* [Listed records]
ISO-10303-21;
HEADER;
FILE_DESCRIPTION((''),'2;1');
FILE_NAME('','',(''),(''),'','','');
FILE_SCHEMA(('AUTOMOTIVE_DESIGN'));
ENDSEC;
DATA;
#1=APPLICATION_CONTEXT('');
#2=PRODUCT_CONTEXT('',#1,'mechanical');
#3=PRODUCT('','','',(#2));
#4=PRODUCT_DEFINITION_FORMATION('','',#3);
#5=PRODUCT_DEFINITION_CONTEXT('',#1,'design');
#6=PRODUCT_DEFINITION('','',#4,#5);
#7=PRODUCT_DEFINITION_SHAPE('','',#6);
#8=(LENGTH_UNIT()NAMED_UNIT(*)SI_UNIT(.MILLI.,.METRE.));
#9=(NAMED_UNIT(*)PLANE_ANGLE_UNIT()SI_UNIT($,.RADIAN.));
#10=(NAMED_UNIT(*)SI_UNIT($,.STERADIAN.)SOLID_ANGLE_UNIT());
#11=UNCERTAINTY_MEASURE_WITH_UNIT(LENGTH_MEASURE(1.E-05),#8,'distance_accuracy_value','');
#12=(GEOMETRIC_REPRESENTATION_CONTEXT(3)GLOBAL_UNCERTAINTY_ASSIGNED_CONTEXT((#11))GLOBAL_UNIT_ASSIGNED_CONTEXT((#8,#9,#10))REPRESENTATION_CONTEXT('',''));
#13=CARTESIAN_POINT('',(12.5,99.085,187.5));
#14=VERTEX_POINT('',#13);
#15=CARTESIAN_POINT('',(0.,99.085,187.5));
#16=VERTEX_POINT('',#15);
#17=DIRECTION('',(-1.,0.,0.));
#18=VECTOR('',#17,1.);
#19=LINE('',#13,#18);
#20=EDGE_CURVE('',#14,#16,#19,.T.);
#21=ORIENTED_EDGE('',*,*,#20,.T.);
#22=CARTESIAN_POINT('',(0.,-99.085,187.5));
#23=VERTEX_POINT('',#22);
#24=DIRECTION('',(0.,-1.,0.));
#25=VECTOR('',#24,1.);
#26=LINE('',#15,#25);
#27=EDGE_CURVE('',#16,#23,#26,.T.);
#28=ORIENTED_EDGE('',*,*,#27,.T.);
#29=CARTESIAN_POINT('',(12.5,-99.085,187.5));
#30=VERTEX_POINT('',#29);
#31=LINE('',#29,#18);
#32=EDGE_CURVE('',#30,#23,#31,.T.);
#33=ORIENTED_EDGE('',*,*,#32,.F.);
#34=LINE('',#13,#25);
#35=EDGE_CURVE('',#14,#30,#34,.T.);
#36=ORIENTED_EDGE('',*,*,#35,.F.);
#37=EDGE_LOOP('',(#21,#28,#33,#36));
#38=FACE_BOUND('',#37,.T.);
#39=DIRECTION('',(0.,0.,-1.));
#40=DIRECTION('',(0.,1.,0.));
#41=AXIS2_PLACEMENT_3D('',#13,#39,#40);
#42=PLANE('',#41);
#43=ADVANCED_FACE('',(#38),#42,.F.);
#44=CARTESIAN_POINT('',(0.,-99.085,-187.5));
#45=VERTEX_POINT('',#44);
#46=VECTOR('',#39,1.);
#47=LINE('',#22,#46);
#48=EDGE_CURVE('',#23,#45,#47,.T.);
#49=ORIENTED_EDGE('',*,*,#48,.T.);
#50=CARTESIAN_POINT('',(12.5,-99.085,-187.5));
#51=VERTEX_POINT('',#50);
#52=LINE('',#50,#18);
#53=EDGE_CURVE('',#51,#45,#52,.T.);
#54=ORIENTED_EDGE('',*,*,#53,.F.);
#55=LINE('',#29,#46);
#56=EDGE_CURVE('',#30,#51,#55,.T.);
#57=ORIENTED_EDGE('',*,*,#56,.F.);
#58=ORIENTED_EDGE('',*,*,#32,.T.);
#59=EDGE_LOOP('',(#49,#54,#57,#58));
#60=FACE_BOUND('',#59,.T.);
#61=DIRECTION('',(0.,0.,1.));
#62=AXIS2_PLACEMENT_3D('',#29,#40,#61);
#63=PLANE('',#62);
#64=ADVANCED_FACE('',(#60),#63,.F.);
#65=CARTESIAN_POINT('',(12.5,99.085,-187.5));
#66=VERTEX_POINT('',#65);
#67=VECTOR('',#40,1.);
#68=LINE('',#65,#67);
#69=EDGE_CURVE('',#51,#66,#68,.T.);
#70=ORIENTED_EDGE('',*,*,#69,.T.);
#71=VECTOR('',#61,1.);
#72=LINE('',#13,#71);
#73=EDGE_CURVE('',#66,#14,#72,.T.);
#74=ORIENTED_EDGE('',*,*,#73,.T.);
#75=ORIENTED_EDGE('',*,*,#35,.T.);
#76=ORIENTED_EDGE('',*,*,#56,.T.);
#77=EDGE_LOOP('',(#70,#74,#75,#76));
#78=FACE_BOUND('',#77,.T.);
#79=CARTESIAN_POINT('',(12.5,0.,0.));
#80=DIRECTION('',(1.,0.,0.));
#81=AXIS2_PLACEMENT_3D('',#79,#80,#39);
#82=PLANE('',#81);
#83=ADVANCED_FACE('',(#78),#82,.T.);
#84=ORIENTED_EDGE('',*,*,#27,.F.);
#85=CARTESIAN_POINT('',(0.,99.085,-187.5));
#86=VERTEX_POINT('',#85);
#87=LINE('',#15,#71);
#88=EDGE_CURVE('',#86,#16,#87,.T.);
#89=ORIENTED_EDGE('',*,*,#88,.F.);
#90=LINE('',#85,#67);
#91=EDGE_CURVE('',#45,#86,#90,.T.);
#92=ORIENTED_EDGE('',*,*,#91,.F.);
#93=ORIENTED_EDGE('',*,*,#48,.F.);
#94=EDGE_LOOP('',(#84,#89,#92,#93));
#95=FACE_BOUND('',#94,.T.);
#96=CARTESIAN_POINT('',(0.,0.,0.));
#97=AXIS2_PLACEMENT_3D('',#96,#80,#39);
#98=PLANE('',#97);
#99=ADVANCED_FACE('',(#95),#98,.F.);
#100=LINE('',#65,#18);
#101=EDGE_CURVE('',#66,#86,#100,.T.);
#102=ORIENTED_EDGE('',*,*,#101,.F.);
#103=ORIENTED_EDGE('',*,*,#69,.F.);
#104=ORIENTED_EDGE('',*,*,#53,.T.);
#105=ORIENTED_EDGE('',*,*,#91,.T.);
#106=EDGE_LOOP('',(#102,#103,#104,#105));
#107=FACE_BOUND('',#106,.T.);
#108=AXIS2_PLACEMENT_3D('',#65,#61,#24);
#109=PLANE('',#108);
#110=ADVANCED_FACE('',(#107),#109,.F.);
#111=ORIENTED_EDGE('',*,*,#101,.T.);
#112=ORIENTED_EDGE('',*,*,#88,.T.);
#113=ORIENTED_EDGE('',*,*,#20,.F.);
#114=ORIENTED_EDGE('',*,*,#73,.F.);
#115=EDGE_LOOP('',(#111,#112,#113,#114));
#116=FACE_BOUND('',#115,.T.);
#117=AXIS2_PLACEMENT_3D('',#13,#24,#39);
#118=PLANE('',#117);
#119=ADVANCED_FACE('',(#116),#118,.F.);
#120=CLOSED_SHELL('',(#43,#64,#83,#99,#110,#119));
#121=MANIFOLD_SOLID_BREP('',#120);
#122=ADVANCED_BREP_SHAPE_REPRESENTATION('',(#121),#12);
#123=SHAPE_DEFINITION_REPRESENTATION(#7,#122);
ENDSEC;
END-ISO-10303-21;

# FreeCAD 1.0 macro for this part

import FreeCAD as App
import Part
import Sketcher

V = App.Vector


def add_polygon(sketch, points):
    """Adds a closed chain of lines whose ends are joined by coincident constraints."""
    first, n = sketch.GeometryCount, len(points)
    for a, b in zip(points, points[1:] + points[:1]):
        sketch.addGeometry(Part.LineSegment(App.Vector(*a, 0), App.Vector(*b, 0)), False)
    for i in range(n):
        sketch.addConstraint(Sketcher.Constraint("Coincident", first + i, 2, first + (i + 1) % n, 1))

doc = App.newDocument("Part")
body = doc.addObject("PartDesign::Body", "Body")

sketch1 = body.newObject("Sketcher::SketchObject", "Sketch")
sketch1.AttachmentSupport = (doc.getObject("YZ_Plane"), [""])
sketch1.MapMode = "FlatFace"
add_polygon(sketch1, [(99, 188), (-99, 188), (-99, -188), (99, -188)])
sketch1.addConstraint([
    Sketcher.Constraint("Horizontal", 0),
    Sketcher.Constraint("Vertical", 1),
    Sketcher.Constraint("Horizontal", 2),
    Sketcher.Constraint("Vertical", 3),
    Sketcher.Constraint("Symmetric", 0, 2, 2, 2, -1, 1),
    Sketcher.Constraint("DistanceY", 1, 2, 1, 1, 375.0),
    Sketcher.Constraint("DistanceX", 0, 2, 0, 1, 198.17),
])
pad1 = body.newObject("PartDesign::Pad", "Pad")
pad1.Profile = sketch1
pad1.Length = 12.5

doc.recompute()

* [Task description] Copy the lines of the data above exactly as written, beginning with the line containing "#115=EDGE_LOOP('',(#111,#112,#113,#114));" and ending with the line containing "# FreeCAD 1.0 macro for this part", and leave out all other lines.

* [Reply]
#115=EDGE_LOOP('',(#111,#112,#113,#114));
#116=FACE_BOUND('',#115,.T.);
#117=AXIS2_PLACEMENT_3D('',#13,#24,#39);
#118=PLANE('',#117);
#119=ADVANCED_FACE('',(#116),#118,.F.);
#120=CLOSED_SHELL('',(#43,#64,#83,#99,#110,#119));
#121=MANIFOLD_SOLID_BREP('',#120);
#122=ADVANCED_BREP_SHAPE_REPRESENTATION('',(#121),#12);
#123=SHAPE_DEFINITION_REPRESENTATION(#7,#122);
ENDSEC;
END-ISO-10303-21;

# FreeCAD 1.0 macro for this part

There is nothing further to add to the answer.